> [YOUR ASSIGNMENT]: Could you return every line of the records below that contains the word "ThreePointArc"?

[Saved data entries]
- - - -

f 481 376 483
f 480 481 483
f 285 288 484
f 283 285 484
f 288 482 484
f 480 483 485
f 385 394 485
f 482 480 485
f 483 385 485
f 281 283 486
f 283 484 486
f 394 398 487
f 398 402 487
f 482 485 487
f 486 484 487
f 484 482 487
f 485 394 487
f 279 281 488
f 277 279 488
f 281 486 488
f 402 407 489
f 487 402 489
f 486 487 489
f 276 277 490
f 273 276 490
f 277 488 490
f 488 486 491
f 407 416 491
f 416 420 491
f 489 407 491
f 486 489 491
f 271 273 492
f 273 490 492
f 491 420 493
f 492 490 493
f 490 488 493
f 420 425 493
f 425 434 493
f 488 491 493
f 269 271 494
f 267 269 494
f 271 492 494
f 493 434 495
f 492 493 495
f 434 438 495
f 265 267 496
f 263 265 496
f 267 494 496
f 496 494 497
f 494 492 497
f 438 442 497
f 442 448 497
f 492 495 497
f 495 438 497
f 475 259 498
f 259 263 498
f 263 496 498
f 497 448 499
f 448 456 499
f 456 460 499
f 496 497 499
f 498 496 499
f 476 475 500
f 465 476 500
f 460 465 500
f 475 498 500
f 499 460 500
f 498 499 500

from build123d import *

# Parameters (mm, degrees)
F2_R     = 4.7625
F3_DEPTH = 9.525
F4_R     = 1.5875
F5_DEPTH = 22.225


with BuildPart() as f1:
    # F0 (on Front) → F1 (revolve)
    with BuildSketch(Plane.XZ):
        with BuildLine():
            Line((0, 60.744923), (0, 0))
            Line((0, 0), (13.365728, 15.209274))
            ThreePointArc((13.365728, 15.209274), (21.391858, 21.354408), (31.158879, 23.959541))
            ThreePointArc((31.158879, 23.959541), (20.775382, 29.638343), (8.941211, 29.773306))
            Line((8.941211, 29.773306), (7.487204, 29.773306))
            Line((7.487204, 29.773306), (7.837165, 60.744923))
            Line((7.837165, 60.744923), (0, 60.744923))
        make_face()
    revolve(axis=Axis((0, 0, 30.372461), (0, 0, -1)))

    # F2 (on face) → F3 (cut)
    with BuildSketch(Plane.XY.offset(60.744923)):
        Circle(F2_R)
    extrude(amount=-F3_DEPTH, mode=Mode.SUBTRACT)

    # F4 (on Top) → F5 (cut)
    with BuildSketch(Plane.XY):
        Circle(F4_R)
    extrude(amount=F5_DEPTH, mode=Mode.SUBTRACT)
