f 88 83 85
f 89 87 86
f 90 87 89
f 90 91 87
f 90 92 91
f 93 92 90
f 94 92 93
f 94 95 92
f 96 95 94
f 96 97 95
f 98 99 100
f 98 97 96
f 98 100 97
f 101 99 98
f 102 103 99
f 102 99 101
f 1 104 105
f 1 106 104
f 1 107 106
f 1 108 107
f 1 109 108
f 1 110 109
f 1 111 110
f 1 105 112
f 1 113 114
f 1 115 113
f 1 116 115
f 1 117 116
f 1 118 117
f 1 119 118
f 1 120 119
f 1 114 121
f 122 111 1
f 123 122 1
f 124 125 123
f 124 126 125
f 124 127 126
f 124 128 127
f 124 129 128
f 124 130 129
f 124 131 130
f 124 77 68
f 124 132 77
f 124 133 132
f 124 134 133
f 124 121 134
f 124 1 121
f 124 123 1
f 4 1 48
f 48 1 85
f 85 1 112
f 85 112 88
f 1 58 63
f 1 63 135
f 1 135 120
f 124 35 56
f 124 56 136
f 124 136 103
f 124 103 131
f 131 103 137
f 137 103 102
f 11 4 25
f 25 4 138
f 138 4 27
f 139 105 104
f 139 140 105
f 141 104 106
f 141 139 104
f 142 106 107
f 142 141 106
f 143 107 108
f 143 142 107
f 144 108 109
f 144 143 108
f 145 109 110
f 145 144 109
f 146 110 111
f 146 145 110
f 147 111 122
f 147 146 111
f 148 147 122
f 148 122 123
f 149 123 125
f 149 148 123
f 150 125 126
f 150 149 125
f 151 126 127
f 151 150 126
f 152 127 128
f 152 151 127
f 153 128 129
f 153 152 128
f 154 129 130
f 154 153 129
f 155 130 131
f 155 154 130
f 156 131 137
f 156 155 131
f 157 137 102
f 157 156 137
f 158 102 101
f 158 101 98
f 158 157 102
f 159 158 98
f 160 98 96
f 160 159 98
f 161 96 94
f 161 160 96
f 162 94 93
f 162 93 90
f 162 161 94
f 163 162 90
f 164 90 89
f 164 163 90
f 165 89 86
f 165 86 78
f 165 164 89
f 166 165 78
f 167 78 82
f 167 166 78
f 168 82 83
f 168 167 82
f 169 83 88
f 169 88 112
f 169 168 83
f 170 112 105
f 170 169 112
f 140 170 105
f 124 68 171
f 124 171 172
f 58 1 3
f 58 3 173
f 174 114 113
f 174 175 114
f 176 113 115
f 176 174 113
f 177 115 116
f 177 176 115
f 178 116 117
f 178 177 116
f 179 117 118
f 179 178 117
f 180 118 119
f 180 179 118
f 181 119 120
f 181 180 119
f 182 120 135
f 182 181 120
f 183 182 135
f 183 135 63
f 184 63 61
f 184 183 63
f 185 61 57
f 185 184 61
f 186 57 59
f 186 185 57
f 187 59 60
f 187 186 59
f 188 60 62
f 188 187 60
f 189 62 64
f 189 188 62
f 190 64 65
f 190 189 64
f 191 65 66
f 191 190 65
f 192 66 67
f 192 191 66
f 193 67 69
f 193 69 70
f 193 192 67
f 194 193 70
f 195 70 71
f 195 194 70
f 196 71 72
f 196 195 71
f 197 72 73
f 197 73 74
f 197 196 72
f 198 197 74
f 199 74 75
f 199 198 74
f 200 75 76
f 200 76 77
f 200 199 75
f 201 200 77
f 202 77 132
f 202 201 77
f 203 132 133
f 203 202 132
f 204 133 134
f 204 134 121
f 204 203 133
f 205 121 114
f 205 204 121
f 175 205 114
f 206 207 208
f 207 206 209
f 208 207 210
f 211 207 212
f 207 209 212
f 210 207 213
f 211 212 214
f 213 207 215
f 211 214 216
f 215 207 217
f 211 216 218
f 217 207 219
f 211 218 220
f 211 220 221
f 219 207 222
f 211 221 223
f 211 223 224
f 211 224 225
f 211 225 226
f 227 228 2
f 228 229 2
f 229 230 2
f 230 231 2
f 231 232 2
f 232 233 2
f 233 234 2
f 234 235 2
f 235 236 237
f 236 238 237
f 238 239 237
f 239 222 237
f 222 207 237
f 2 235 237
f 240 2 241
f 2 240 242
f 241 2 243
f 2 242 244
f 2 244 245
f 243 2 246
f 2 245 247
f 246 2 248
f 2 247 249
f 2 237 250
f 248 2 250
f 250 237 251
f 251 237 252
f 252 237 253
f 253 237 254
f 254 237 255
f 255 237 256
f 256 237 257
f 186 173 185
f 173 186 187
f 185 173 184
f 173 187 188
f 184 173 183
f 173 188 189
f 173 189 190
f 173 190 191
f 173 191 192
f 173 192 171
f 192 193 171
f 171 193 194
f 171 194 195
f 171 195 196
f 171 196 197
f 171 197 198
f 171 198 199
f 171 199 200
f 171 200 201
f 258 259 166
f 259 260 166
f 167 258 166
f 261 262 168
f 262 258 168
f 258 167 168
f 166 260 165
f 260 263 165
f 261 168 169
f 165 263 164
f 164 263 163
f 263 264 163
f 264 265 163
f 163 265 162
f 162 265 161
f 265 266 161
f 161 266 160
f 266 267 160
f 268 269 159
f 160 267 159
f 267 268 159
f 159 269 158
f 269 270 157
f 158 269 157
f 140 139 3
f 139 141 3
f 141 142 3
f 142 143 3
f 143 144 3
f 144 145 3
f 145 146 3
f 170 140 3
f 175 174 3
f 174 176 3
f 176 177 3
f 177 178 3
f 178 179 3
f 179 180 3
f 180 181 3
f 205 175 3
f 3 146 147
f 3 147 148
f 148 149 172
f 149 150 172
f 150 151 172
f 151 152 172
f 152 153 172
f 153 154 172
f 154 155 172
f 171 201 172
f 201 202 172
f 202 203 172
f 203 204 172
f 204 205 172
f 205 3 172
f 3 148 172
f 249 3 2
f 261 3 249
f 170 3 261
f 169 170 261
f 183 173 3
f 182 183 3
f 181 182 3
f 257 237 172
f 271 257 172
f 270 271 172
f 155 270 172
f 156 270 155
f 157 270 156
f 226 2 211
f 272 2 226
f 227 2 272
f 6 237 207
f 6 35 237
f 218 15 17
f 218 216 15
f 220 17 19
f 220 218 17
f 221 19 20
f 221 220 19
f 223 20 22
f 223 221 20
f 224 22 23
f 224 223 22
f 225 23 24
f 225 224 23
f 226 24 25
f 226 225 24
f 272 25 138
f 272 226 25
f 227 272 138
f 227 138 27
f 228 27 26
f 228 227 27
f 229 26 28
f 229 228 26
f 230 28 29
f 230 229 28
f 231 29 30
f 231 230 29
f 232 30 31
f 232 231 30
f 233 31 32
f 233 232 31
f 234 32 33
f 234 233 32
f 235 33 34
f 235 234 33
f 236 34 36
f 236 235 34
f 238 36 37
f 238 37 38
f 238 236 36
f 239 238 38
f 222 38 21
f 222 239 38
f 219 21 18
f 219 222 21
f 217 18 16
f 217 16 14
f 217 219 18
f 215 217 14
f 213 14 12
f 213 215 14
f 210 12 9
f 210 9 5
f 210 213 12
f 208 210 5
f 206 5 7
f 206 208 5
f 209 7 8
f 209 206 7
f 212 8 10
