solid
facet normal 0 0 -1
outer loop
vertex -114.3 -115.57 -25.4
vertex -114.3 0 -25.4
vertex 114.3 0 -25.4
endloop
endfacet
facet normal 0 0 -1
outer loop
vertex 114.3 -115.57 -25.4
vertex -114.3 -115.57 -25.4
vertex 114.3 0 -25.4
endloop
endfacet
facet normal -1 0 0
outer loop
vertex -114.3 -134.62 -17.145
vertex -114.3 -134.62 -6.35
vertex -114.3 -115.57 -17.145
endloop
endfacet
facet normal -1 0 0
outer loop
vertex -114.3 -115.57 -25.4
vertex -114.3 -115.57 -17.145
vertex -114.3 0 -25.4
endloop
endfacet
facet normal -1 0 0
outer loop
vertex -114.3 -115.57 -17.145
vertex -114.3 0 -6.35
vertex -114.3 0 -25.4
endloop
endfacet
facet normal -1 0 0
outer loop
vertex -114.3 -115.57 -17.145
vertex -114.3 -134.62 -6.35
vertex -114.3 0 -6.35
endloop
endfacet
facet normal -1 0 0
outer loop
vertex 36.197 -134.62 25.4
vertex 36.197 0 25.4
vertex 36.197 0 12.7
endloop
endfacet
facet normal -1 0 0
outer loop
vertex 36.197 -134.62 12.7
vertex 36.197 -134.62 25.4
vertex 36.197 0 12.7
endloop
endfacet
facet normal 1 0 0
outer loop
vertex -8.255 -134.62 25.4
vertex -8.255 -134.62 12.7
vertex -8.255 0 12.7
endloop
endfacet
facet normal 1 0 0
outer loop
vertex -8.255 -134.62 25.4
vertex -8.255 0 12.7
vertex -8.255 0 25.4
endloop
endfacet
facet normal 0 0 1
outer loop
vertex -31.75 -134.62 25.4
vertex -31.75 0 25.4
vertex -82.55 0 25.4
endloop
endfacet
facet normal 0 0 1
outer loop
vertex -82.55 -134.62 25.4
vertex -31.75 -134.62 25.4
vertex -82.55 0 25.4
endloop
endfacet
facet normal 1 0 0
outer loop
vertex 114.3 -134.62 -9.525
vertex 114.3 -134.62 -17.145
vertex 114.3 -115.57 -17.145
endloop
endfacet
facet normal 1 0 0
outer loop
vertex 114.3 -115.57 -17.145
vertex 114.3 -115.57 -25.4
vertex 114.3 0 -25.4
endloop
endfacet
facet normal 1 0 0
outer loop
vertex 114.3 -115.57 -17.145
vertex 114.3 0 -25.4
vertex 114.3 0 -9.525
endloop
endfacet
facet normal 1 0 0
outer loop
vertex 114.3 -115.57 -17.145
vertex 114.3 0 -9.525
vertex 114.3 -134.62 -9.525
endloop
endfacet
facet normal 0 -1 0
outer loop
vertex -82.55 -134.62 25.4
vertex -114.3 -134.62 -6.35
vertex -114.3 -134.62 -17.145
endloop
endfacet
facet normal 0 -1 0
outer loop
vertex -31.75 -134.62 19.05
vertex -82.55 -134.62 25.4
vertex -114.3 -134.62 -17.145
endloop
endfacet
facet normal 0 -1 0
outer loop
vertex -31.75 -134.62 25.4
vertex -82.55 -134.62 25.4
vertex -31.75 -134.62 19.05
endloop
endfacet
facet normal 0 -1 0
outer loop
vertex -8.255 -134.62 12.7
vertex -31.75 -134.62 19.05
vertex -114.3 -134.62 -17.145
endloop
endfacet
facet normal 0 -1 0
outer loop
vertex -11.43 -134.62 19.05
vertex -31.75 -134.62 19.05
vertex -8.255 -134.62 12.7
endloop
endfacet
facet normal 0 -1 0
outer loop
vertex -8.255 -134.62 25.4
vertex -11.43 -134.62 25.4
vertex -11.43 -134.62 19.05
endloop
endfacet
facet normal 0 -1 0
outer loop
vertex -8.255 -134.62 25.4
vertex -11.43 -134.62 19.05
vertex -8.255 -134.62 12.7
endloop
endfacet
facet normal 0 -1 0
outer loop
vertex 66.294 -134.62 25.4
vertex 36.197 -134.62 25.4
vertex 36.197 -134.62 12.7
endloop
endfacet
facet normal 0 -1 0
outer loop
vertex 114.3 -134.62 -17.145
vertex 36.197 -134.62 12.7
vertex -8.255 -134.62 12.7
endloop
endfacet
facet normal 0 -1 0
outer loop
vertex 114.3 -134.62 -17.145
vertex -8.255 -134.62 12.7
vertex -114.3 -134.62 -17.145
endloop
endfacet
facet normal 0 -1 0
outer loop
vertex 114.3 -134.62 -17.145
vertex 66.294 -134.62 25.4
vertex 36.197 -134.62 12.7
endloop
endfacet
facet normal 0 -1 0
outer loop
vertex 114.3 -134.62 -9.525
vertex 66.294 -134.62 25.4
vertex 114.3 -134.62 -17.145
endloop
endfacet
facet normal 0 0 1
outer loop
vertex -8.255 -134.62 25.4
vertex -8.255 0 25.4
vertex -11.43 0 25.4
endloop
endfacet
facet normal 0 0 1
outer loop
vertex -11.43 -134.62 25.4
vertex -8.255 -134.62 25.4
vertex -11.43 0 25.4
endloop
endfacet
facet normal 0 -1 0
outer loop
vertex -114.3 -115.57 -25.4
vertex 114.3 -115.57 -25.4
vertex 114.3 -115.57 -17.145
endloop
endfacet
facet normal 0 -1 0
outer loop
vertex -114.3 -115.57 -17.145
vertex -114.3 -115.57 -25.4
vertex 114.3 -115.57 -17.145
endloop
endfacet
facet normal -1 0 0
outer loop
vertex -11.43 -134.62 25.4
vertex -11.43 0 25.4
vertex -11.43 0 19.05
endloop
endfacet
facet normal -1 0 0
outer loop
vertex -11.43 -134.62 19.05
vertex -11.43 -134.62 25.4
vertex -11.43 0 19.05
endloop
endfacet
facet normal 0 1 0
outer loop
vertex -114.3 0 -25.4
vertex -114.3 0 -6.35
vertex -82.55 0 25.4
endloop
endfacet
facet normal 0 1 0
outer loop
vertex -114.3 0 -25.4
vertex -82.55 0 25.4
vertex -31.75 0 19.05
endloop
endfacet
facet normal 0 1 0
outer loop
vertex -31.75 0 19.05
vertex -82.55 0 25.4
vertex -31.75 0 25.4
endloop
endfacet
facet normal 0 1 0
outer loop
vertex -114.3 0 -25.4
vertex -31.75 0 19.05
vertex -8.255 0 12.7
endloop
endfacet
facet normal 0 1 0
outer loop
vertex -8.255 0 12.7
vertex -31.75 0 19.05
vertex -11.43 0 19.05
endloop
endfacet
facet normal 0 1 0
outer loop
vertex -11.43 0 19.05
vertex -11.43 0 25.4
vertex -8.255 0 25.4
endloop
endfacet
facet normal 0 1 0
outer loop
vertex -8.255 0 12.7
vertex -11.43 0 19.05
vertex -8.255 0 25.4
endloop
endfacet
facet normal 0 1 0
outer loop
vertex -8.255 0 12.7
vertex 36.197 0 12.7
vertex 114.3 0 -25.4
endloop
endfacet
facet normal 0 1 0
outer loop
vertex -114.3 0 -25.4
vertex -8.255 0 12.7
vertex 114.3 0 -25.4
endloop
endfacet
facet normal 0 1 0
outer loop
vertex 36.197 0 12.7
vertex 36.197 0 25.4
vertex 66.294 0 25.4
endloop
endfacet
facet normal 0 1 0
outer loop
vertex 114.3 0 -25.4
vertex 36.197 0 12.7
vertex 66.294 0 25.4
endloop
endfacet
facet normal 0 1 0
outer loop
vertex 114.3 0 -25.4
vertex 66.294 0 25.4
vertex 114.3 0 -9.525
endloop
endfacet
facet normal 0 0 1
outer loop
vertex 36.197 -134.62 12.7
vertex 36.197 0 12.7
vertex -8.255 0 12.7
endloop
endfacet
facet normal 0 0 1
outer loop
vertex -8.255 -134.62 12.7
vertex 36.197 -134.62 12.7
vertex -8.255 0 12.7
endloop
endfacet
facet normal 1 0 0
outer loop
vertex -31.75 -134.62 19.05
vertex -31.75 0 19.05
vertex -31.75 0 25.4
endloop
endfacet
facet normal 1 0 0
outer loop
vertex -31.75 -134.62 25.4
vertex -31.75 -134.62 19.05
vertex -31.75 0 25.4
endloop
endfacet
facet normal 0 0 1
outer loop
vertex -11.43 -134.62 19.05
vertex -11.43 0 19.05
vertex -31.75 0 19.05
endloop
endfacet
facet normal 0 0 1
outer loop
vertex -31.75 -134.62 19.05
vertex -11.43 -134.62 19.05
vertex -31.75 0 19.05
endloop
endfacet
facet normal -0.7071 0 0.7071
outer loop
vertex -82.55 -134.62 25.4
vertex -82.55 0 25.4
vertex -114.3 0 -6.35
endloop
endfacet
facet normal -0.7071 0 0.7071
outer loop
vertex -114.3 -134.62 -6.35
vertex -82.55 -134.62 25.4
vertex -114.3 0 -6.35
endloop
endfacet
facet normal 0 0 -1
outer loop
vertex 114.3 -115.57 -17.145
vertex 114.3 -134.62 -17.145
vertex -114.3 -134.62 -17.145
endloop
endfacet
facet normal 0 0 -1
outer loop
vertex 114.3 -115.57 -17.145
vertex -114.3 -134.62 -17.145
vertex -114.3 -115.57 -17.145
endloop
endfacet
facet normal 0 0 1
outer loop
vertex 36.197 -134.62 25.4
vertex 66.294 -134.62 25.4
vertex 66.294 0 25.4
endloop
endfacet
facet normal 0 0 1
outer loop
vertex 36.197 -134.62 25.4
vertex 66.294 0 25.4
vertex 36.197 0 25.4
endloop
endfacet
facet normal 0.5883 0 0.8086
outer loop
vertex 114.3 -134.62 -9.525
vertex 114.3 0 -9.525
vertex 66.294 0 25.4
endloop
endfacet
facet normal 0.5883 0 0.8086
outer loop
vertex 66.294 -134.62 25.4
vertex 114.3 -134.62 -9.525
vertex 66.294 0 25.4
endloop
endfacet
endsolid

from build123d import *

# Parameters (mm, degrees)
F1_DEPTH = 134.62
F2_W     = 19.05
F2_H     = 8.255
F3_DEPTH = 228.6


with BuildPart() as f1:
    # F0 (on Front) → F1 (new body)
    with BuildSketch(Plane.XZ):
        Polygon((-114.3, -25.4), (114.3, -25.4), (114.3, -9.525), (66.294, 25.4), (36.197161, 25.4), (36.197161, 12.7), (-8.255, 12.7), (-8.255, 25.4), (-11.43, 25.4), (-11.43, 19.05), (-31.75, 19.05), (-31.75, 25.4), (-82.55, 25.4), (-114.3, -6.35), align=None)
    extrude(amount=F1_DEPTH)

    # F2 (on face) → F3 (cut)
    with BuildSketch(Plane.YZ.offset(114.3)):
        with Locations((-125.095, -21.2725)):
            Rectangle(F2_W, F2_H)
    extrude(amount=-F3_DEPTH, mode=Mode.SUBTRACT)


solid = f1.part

- - - -

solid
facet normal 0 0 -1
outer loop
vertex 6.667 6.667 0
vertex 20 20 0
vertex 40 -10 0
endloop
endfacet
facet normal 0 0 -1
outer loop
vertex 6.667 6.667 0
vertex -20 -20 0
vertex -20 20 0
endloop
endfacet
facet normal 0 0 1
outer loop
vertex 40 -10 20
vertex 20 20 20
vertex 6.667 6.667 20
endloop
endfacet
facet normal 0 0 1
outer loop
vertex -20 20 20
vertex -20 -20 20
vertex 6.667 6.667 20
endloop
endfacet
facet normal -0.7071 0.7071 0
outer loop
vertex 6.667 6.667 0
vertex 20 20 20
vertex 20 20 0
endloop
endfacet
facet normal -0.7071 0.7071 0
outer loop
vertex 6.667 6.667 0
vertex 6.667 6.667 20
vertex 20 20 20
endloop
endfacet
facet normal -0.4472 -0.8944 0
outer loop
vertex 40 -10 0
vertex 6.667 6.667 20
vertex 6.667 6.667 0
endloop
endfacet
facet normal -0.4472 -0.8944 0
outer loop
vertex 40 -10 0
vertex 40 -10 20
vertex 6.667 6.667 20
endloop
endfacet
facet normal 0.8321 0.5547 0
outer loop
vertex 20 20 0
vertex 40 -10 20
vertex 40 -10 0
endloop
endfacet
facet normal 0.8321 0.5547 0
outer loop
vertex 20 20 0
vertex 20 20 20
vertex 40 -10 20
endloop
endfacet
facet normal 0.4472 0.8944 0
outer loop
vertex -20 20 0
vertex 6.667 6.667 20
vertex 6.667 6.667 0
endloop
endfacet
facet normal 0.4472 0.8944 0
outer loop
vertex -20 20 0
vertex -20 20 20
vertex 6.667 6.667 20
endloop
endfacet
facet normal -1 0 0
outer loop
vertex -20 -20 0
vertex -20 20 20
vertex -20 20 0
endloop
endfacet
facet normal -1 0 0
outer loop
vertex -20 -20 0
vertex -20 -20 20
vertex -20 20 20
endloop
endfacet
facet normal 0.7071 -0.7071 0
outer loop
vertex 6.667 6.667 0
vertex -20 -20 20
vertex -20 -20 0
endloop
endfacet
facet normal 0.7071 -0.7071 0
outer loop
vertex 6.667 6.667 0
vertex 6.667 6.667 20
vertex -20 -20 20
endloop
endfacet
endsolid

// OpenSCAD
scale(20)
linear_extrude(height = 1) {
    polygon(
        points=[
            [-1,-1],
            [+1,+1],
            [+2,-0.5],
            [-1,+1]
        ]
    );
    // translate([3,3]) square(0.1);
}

- - - -

> [ANSWER TO THIS TASK]:
            ThreePointArc((13.365728, 15.209274), (21.391858, 21.354408), (31.158879, 23.959541))
            ThreePointArc((31.158879, 23.959541), (20.775382, 29.638343), (8.941211, 29.773306))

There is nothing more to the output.